Since the beginning of the year, iron ore has become costlier by almost 36% in Singapore and 40% in China.

But with supply from Brazil beginning to stabilise and an already oversupplied stockpile of iron ore in China, market observers fear that the rise may not sustain for long.

“Chinese steel production grew by 2.8% on year in the Jan-Jul period, whereas iron ore imports grew by a sharper 11.8% on year,” said Ritabrata Ghosh, the assistant vice-president and associate head of ICRA Ltd. “This indicates strong restocking demand by mills which at some point should taper off.”

He sees seaborne iron ore prices consequently moderating to $80 per tn by the end of the year.

Supply from Brazil’s largest producer Vale is seen increasing significantly in the second half of the year. Vale already has been returning to its pre-COVID level operation as exports have hit 33.4 mln tn in July, up nearly 60% from May when coronavirus infection prompted the mine to suspend its operations. Australian iron ore exports have also surged, with June exports hitting 81.3 mln tn.

The loadings for August suggest there’s plenty more to come, and a sharp price correction can only be averted if China’s central government releases more stimulus, said Daniel Hynes and Soni Kumari, Commodity Strategists at ANZ Research.

Both Brazilian and Australian producers are planning to export a record iron ore this year while China has been banking on its infrastructure demand to revive its economy suffering the aftermaths of COVID-19.

This may collectively raise prospects of prices coming under pressure in 2021 as steel output and demand remain weak in almost every market other than China.

Morgan Stanley in July had said that the rally in iron ore prices has been driven mostly by speculation and that it could set for a significant price decline similar to that in 2019 when iron ore prices shot up to $120 per tn in July, and later witnessed a freefall from August and reached to $86 per tn.

Since the beginning of this year, Chinese steel production totalled 593 mln tn. The country has imported a record 113 mln tn of iron ore in July itself, according to China’s National Bureau of Statistics.

According to market analysts, Chinese traders acted opportunistically and took advantage of the low prices when they hovered between $80-$90 per tn to make extensive purchases. However, there is a gap of two to three months between placing an import order and shipment arriving and augmenting supply in the market.
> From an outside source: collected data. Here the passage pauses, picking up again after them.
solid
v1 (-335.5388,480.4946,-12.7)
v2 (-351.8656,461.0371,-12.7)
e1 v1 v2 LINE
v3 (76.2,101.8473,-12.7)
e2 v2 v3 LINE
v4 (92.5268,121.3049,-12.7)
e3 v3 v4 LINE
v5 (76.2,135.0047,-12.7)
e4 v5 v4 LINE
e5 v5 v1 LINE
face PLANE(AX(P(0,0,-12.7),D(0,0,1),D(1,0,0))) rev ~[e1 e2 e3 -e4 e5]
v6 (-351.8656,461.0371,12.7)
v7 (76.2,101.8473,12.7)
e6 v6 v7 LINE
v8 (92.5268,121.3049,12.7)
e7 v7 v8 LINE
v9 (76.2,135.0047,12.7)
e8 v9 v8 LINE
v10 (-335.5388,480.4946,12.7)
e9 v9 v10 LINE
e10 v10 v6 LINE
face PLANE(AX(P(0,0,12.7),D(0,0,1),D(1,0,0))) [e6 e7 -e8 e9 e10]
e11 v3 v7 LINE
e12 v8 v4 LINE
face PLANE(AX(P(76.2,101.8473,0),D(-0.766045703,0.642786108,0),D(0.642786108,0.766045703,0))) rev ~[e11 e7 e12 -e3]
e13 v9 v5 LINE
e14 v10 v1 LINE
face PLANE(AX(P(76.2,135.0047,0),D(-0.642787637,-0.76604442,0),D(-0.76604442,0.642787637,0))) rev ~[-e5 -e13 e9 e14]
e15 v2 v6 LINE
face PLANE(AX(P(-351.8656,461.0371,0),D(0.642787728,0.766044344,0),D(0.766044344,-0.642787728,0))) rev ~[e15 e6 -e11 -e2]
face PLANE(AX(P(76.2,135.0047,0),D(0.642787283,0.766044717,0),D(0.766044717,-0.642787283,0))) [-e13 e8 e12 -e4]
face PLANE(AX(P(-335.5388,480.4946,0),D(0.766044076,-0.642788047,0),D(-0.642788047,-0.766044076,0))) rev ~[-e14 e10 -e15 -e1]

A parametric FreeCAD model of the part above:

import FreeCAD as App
import Part
import Sketcher
Q = App.Units.Quantity

doc = App.newDocument("Part")
body = doc.addObject("PartDesign::Body", "Body")

sketch1 = doc.addObject("Sketcher::SketchObject", "Sketch")
body.addObject(sketch1)
sketch1.AttachmentSupport = (doc.XY_Plane, [""])
sketch1.MapMode = "FlatFace"
sketch1.addGeometry([
    Part.LineSegment(App.Vector(-336, 480, 0), App.Vector(-352, 461, 0)),
    Part.LineSegment(App.Vector(-352, 461, 0), App.Vector(76, 102, 0)),
    Part.LineSegment(App.Vector(76, 102, 0), App.Vector(93, 121, 0)),
    Part.LineSegment(App.Vector(93, 121, 0), App.Vector(76, 135, 0)),
    Part.LineSegment(App.Vector(76, 135, 0), App.Vector(-336, 480, 0)),
], False)
sketch1.addConstraint([
    Sketcher.Constraint("Coincident", 0, 2, 1, 1),
    Sketcher.Constraint("Coincident", 1, 2, 2, 1),
    Sketcher.Constraint("Coincident", 2, 2, 3, 1),
    Sketcher.Constraint("Coincident", 3, 2, 4, 1),
    Sketcher.Constraint("Coincident", 4, 2, 0, 1),
    Sketcher.Constraint("Perpendicular", 0, 1),
    Sketcher.Constraint("Perpendicular", 1, 2),
    Sketcher.Constraint("Perpendicular", 2, 3),
    Sketcher.Constraint("Parallel", 3, 4),
    Sketcher.Constraint("Vertical", 1, 2, 3, 2),
    Sketcher.Constraint("Distance", 1, Q("22 in")),
    Sketcher.Constraint("DistanceX", -1, 1, 1, 2, Q("3 in")),
    Sketcher.Constraint("Distance", 0, Q("1 in")),
    Sketcher.Constraint("Angle", 0, Q("-130 deg")),
    Sketcher.Constraint("DistanceY", -1, 1, 4, 2, Q("18.9171 in")),
])
pad1 = doc.addObject("PartDesign::Pad", "Pad")
body.addObject(pad1)
pad1.Profile = sketch1
pad1.Length = Q("1 in")
pad1.Midplane = True

doc.recompute()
“Significantly more supply is coming to the market again. Chinese steel production, on the other hand, is likely to reach a plateau in the foreseeable future, so that the demand for iron ore should slow down,” Briesemann added.

Industry experts say more steel scrap needs to be used for steel production in the future for environmental reasons. Steelmakers are planning to produce steel through scraps that are used in the electric arc furnace process. Iron ore is mainly used in the blast furnace process of steel making.
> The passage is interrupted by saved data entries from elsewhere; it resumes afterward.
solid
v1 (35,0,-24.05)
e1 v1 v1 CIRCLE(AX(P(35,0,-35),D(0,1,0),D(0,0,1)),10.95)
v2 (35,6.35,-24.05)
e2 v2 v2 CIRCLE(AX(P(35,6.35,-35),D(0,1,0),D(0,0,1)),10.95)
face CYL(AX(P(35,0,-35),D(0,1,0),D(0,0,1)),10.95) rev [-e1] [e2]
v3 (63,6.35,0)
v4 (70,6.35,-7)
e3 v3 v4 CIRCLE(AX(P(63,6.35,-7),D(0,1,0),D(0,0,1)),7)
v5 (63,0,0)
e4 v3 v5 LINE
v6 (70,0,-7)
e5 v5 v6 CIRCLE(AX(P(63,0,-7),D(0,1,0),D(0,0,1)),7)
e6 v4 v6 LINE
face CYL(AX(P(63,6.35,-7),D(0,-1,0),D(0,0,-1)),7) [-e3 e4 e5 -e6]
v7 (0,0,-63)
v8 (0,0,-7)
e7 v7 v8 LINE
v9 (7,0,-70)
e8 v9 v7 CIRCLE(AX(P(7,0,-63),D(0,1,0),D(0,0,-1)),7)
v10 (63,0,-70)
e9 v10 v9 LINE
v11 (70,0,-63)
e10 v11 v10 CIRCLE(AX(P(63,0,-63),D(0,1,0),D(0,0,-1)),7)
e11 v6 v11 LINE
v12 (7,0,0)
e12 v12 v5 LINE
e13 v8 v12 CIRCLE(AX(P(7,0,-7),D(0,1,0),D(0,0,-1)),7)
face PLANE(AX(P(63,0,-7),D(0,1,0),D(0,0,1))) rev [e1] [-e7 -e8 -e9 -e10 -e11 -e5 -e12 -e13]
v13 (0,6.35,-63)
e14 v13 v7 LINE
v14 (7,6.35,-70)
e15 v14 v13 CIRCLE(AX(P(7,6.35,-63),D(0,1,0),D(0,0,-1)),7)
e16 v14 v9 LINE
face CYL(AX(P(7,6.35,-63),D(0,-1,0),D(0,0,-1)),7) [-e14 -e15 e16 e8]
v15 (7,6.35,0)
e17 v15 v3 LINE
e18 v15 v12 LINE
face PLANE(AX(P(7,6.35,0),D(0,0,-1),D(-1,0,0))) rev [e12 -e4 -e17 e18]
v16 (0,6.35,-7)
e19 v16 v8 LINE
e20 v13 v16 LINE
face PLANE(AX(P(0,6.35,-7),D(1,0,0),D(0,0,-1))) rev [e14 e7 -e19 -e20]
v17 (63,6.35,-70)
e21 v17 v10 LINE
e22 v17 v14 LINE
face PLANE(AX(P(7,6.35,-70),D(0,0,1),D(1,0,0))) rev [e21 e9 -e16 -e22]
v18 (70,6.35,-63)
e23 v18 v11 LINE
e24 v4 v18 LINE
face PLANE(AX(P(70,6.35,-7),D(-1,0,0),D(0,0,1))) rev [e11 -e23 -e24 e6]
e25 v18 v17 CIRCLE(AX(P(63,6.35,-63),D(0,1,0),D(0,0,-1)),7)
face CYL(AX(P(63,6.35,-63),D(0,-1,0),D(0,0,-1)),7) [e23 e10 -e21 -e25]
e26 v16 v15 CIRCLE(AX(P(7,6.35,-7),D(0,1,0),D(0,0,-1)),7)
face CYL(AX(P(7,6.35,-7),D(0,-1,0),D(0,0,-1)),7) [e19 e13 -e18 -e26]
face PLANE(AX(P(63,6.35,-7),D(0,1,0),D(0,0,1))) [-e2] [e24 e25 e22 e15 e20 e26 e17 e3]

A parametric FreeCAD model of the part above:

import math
import FreeCAD as App
import Part
import Sketcher

doc = App.newDocument("Part")
body = doc.addObject("PartDesign::Body", "Body")

sketch1 = body.newObject("Sketcher::SketchObject", "Sketch")
sketch1.AttachmentSupport = (doc.getObject("XZ_Plane"), [""])
sketch1.MapMode = "FlatFace"
sketch1.addGeometry(Part.LineSegment(App.Vector(7, 0, 0), App.Vector(63, 0, 0)), False)
sketch1.addGeometry(Part.ArcOfCircle(Part.Circle(App.Vector(63, -7, 0), App.Vector(0, 0, 1), 7), math.radians(0), math.radians(90)), False)
sketch1.addGeometry(Part.LineSegment(App.Vector(70, -7, 0), App.Vector(70, -63, 0)), False)
sketch1.addGeometry(Part.ArcOfCircle(Part.Circle(App.Vector(63, -63, 0), App.Vector(0, 0, 1), 7), math.radians(-90), math.radians(0)), False)
sketch1.addGeometry(Part.LineSegment(App.Vector(63, -70, 0), App.Vector(7, -70, 0)), False)
sketch1.addGeometry(Part.ArcOfCircle(Part.Circle(App.Vector(7, -63, 0), App.Vector(0, 0, 1), 7), math.radians(-180), math.radians(-90)), False)
sketch1.addGeometry(Part.LineSegment(App.Vector(0, -63, 0), App.Vector(0, -7, 0)), False)
sketch1.addGeometry(Part.ArcOfCircle(Part.Circle(App.Vector(7, -7, 0), App.Vector(0, 0, 1), 7), math.radians(90), math.radians(180)), False)
sketch1.addConstraint(Sketcher.Constraint("Tangent", 0, 2, 1, 2))
sketch1.addConstraint(Sketcher.Constraint("Tangent", 1, 1, 2, 1))
sketch1.addConstraint(Sketcher.Constraint("Tangent", 2, 2, 3, 2))
sketch1.addConstraint(Sketcher.Constraint("Tangent", 3, 1, 4, 1))
sketch1.addConstraint(Sketcher.Constraint("Tangent", 4, 2, 5, 2))
sketch1.addConstraint(Sketcher.Constraint("Tangent", 5, 1, 6, 1))
sketch1.addConstraint(Sketcher.Constraint("Tangent", 6, 2, 7, 2))
sketch1.addConstraint(Sketcher.Constraint("Tangent", 7, 1, 0, 1))
sketch1.addConstraint(Sketcher.Constraint("Horizontal", 0))
sketch1.addConstraint(Sketcher.Constraint("Vertical", 2))
sketch1.addConstraint(Sketcher.Constraint("Horizontal", 4))
sketch1.addConstraint(Sketcher.Constraint("Vertical", 6))
sketch1.addConstraint(Sketcher.Constraint("Equal", 1, 3))
sketch1.addConstraint(Sketcher.Constraint("Equal", 3, 5))
sketch1.addConstraint(Sketcher.Constraint("Equal", 5, 7))
sketch1.addConstraint(Sketcher.Constraint("PointOnObject", 0, 2, -1))
sketch1.addConstraint(Sketcher.Constraint("PointOnObject", 5, 1, -2))
sketch1.addConstraint(Sketcher.Constraint("Equal", 4, 2))
sketch1.addConstraint(Sketcher.Constraint("Radius", 1, 7.0))
sketch1.addConstraint(Sketcher.Constraint("DistanceX", 0, 1, 0, 2, 56.0))
pad1 = body.newObject("PartDesign::Pad", "Pad")
pad1.Profile = sketch1
pad1.Length = 6.35
pad1.Reversed = True

sketch2 = body.newObject("Sketcher::SketchObject", "Sketch001")
sketch2.AttachmentSupport = (doc.getObject("XZ_Plane"), [""])
sketch2.MapMode = "FlatFace"
sketch2.AttachmentOffset = App.Placement(App.Vector(0, 0, -6.35), App.Rotation())
sketch2.addGeometry(Part.Circle(App.Vector(35, -35, 0), App.Vector(0, 0, 1), 11), False)
sketch2.addConstraint(Sketcher.Constraint("Diameter", 0, 21.9))
sketch2.addConstraint(Sketcher.Constraint("DistanceX", -1, 1, 0, 3, 35.0))
sketch2.addConstraint(Sketcher.Constraint("DistanceY", 0, 3, -1, 1, 35.0))
pocket1 = body.newObject("PartDesign::Pocket", "Pocket")
pocket1.Profile = sketch2
pocket1.Length = 6.35
pocket1.Reversed = True

doc.recompute()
Procurement of more iron ore is also inviting concern for China. London-based brokerage Marex Spectron points that arrivals at ports are unable to make way into the city due to heavy rains and COVID-19 restrictions, thereby, resulting in a tight physical market in the country.

Marex Spectron also sees current prices cooling off in the near term as some mills are holding back from chasing prices.
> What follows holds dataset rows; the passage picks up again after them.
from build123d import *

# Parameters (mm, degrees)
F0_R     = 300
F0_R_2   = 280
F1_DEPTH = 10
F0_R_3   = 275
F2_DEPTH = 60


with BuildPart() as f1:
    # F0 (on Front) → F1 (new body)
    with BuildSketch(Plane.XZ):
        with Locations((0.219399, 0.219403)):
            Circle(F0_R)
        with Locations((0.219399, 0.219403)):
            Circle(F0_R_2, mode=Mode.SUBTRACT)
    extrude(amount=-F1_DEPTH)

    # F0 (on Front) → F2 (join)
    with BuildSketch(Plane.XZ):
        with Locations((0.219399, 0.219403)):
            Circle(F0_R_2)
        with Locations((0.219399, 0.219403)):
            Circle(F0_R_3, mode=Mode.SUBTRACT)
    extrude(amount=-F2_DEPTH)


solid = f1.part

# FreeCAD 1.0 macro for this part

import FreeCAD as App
import Part
import Sketcher
Q = App.Units.Quantity

doc = App.newDocument("Part")
body = doc.addObject("PartDesign::Body", "Body")

# Sketch on XZ plane
sketch1 = doc.addObject("Sketcher::SketchObject", "Sketch")
body.addObject(sketch1)
sketch1.AttachmentSupport = (doc.XZ_Plane, [""])
sketch1.MapMode = "FlatFace"
sketch1.addGeometry([
    Part.Circle(App.Vector(0.219399, 0.219403, 0), App.Vector(0, 0, 1), 300),
    Part.Circle(App.Vector(0.219399, 0.219403, 0), App.Vector(0, 0, 1), 280),
], False)
sketch1.addConstraint([
    Sketcher.Constraint("Coincident", 1, 3, 0, 3),
    Sketcher.Constraint("Diameter", 0, Q("600 mm")),
    Sketcher.Constraint("Diameter", 1, Q("560 mm")),
    Sketcher.Constraint("DistanceX", -1, 1, 0, 3, Q("0.219399 mm")),
    Sketcher.Constraint("DistanceY", -1, 1, 0, 3, Q("0.219403 mm")),
])
pad1 = doc.addObject("PartDesign::Pad", "Pad")
body.addObject(pad1)
pad1.Profile = sketch1
pad1.Length = 10
pad1.Reversed = True

# Sketch on XZ plane
sketch2 = doc.addObject("Sketcher::SketchObject", "Sketch001")
body.addObject(sketch2)
sketch2.AttachmentSupport = (doc.XZ_Plane, [""])
sketch2.MapMode = "FlatFace"
sketch2.addGeometry([
    Part.Circle(App.Vector(0.219399, 0.219403, 0), App.Vector(0, 0, 1), 280),
    Part.Circle(App.Vector(0.219399, 0.219403, 0), App.Vector(0, 0, 1), 275),
], False)
sketch2.addConstraint([
    Sketcher.Constraint("Coincident", 1, 3, 0, 3),
    Sketcher.Constraint("Diameter", 0, Q("560 mm")),
    Sketcher.Constraint("Diameter", 1, Q("550 mm")),
    Sketcher.Constraint("DistanceX", -1, 1, 0, 3, Q("0.219399 mm")),
    Sketcher.Constraint("DistanceY", -1, 1, 0, 3, Q("0.219403 mm")),
])
pad2 = doc.addObject("PartDesign::Pad", "Pad001")
body.addObject(pad2)
pad2.Profile = sketch2
pad2.Length = 60
pad2.Reversed = True

doc.recompute()
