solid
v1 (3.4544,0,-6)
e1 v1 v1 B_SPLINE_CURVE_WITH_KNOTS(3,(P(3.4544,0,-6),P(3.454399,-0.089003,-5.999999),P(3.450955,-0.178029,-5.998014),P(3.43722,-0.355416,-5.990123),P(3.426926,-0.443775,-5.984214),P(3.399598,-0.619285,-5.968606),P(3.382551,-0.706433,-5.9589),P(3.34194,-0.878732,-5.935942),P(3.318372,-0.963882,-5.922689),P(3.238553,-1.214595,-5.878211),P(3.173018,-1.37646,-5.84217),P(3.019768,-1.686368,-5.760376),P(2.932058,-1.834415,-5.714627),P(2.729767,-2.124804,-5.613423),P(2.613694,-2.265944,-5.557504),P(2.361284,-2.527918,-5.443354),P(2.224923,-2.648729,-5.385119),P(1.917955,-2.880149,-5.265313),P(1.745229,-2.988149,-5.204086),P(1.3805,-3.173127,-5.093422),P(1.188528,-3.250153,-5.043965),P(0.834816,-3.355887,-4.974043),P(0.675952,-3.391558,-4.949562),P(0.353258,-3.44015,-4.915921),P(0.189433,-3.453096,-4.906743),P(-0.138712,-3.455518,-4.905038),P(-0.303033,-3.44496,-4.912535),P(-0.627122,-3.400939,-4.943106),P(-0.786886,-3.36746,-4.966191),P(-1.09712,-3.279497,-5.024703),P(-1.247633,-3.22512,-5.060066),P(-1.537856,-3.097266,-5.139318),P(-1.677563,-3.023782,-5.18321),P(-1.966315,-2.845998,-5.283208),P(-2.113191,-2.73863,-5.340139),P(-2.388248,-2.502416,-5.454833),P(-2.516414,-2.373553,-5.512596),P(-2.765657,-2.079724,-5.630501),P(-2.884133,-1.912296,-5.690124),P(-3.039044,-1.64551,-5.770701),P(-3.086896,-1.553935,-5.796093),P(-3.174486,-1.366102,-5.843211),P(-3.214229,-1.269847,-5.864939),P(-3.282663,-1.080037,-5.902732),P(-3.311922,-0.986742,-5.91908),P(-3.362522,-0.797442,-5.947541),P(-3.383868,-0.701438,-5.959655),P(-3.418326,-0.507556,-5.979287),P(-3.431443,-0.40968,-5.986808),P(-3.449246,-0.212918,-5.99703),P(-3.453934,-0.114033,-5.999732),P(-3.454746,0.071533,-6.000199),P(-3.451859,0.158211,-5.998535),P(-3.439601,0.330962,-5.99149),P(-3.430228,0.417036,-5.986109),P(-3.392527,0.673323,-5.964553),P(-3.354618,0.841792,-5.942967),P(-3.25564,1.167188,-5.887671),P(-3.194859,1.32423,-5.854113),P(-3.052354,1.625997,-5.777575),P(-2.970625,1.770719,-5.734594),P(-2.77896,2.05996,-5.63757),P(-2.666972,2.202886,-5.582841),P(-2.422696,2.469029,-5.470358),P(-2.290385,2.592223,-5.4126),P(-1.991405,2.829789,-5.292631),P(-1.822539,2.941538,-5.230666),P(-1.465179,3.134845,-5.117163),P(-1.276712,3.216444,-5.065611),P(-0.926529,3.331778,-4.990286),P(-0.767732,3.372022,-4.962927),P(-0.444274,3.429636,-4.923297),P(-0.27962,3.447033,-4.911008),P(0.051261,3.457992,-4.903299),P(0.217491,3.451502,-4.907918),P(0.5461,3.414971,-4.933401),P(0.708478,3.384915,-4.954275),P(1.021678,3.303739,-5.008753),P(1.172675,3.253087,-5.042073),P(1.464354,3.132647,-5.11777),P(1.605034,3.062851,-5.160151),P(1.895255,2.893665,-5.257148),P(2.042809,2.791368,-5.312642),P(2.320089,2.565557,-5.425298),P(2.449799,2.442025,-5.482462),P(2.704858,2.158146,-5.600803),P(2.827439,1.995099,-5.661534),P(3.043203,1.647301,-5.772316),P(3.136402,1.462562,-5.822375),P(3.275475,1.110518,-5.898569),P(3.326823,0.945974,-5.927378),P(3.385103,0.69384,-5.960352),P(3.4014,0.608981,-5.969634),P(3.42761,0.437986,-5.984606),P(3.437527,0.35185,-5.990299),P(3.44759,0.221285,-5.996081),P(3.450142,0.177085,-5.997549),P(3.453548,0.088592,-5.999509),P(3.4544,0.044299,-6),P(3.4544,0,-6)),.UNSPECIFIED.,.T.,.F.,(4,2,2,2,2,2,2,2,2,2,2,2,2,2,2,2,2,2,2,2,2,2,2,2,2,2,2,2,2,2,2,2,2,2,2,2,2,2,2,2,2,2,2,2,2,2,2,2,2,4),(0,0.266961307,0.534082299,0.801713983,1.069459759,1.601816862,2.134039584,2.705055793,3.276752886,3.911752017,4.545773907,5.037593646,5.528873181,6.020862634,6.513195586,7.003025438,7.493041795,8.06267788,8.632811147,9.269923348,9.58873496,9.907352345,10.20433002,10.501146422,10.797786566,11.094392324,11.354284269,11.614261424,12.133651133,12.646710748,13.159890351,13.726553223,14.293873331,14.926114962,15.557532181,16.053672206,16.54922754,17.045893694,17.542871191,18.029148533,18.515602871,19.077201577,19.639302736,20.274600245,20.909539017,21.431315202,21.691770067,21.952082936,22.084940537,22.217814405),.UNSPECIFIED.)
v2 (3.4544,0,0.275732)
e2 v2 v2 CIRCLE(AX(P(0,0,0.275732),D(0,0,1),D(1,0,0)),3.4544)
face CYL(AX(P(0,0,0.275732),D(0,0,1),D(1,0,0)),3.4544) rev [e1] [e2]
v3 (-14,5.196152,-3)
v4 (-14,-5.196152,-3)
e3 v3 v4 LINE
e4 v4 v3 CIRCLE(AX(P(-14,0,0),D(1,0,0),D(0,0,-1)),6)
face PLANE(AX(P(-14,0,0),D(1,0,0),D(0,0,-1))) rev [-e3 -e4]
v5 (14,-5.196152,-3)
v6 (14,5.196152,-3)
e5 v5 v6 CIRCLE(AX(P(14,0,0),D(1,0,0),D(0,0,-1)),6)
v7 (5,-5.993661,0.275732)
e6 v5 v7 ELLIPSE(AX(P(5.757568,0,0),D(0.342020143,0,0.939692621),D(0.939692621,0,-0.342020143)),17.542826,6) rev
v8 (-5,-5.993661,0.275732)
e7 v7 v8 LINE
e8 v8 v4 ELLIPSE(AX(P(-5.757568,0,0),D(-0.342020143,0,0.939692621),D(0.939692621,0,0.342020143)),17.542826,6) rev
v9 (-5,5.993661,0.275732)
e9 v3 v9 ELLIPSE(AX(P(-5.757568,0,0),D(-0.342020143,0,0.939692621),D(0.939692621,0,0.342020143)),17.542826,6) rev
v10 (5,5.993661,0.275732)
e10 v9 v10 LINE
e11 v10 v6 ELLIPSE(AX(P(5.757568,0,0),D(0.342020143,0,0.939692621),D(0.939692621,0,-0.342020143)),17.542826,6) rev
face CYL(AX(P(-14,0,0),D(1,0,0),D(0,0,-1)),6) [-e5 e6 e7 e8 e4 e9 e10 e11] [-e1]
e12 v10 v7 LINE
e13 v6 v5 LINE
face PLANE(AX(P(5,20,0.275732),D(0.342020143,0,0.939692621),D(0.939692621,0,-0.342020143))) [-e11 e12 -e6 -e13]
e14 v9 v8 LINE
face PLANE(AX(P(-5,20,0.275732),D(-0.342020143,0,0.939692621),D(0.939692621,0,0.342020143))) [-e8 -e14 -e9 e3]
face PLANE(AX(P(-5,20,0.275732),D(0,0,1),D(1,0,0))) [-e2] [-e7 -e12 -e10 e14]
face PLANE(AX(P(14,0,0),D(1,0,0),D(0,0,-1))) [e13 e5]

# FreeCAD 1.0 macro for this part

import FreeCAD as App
import Part
import Sketcher
from FreeCAD import Vector
Q = App.Units.Quantity

doc = App.newDocument("Part")
body = doc.addObject("PartDesign::Body", "Body")

# Sketch on YZ plane
sketch1 = body.newObject("Sketcher::SketchObject", "Sketch")
sketch1.AttachmentSupport = (doc.getObject("YZ_Plane"), [""])
sketch1.MapMode = "FlatFace"
sketch1.AttachmentOffset = App.Placement(Vector(0, 0, -14), App.Rotation())
sketch1.addGeometry(Part.Circle(Vector(0, 0, 0), Vector(0, 0, 1), 6), False)
sketch1.addConstraint([
    Sketcher.Constraint("Coincident", 0, 3, -1, 1),
    Sketcher.Constraint("Diameter", 0, Q("12 mm")),
])
pad1 = body.newObject("PartDesign::Pad", "Pad")
pad1.Profile = sketch1
pad1.Length = 28

# Sketch on XZ plane
sketch2 = body.newObject("Sketcher::SketchObject", "Sketch001")
sketch2.AttachmentSupport = (doc.getObject("XZ_Plane"), [""])
sketch2.MapMode = "FlatFace"
sketch2.addGeometry([
    Part.LineSegment(Vector(5, 0, 0), Vector(-5, 0, 0)),  # 0
    Part.LineSegment(Vector(-5, 0, 0), Vector(-14, -3, 0)),  # 1
    Part.LineSegment(Vector(-14, -3, 0), Vector(-26, -3, 0)),  # 2
    Part.LineSegment(Vector(-26, -3, 0), Vector(-26, 17, 0)),  # 3
    Part.LineSegment(Vector(-26, 17, 0), Vector(25, 17, 0)),  # 4
    Part.LineSegment(Vector(25, 17, 0), Vector(25, -3, 0)),  # 5
    Part.LineSegment(Vector(25, -3, 0), Vector(14, -3, 0)),  # 6
    Part.LineSegment(Vector(14, -3, 0), Vector(5, 0, 0)),  # 7
], False)
sketch2.addConstraint([
    Sketcher.Constraint("Coincident", 0, 2, 1, 1),
    Sketcher.Constraint("Coincident", 1, 2, 2, 1),
    Sketcher.Constraint("Coincident", 2, 2, 3, 1),
    Sketcher.Constraint("Coincident", 3, 2, 4, 1),
    Sketcher.Constraint("Coincident", 4, 2, 5, 1),
    Sketcher.Constraint("Coincident", 5, 2, 6, 1),
    Sketcher.Constraint("Coincident", 6, 2, 7, 1),
    Sketcher.Constraint("Coincident", 7, 2, 0, 1),
    Sketcher.Constraint("Horizontal", 0),
    Sketcher.Constraint("Horizontal", 2),
    Sketcher.Constraint("Vertical", 3),
    Sketcher.Constraint("Horizontal", 4),
    Sketcher.Constraint("Vertical", 5),
    Sketcher.Constraint("Horizontal", 6),
    Sketcher.Constraint("Symmetric", 1, 2, 6, 2, -2),
    Sketcher.Constraint("Equal", 1, 7),
    Sketcher.Constraint("DistanceX", 0, 2, 0, 1, Q("10 mm")),
    Sketcher.Constraint("Angle", 1, Q("-160 deg")),
    Sketcher.Constraint("DistanceX", 1, 2, -1, 1, Q("14 mm")),
    Sketcher.Constraint("DistanceY", 1, 2, -1, 1, Q("3 mm")),
    Sketcher.Constraint("DistanceX", 2, 2, 2, 1, Q("11.590689 mm")),
    Sketcher.Constraint("DistanceX", 4, 1, 4, 2, Q("51.048855 mm")),
    Sketcher.Constraint("DistanceY", 3, 1, 3, 2, Q("19.524353 mm")),
])
pocket1 = body.newObject("PartDesign::Pocket", "Pocket")
pocket1.Profile = sketch2
pocket1.Type = "ThroughAll"
pocket1.Midplane = True

# Sketch on XY plane
sketch3 = body.newObject("Sketcher::SketchObject", "Sketch002")
sketch3.AttachmentSupport = (doc.getObject("XY_Plane"), [""])
sketch3.MapMode = "FlatFace"
sketch3.AttachmentOffset = App.Placement(Vector(0, 0, 0.275732), App.Rotation())
sketch3.addGeometry(Part.Circle(Vector(0, 0, 0), Vector(0, 0, 1), 3.5), False)
sketch3.addConstraint([
    Sketcher.Constraint("Coincident", 0, 3, -1, 1),
    Sketcher.Constraint("Diameter", 0, Q("6.9088 mm")),
])
doc.recompute()
hole = body.newObject("PartDesign::Hole", "Hole")
hole.Profile = sketch3
hole.ThreadType = "None"
hole.Diameter = 6.9088
hole.DepthType = "ThroughAll"

doc.recompute()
According to vessel-tracking data compiled by Refinitiv, iron ore vessels awaiting discharge at Chinese ports were carrying a combined 17.46 mln tn of iron ore as of mid August. China’s Iron and Steel Association plans to ease discharging difficulties and port congestion issues by the end of this month once weather condition improves.

For India as well, plans of more exports to China may need some reconsideration once global iron ore prices come under pressure. According to China’s customs data, iron ore imports from India more than doubled to 20 mln tn in Jan-Jun this year.

Given the expected price correction in the coming months, ICRA’s Ritabrata Ghosh feels that exporting higher grade iron ore from India may not be an economically viable option, however, lower grade iron ore exports should continue.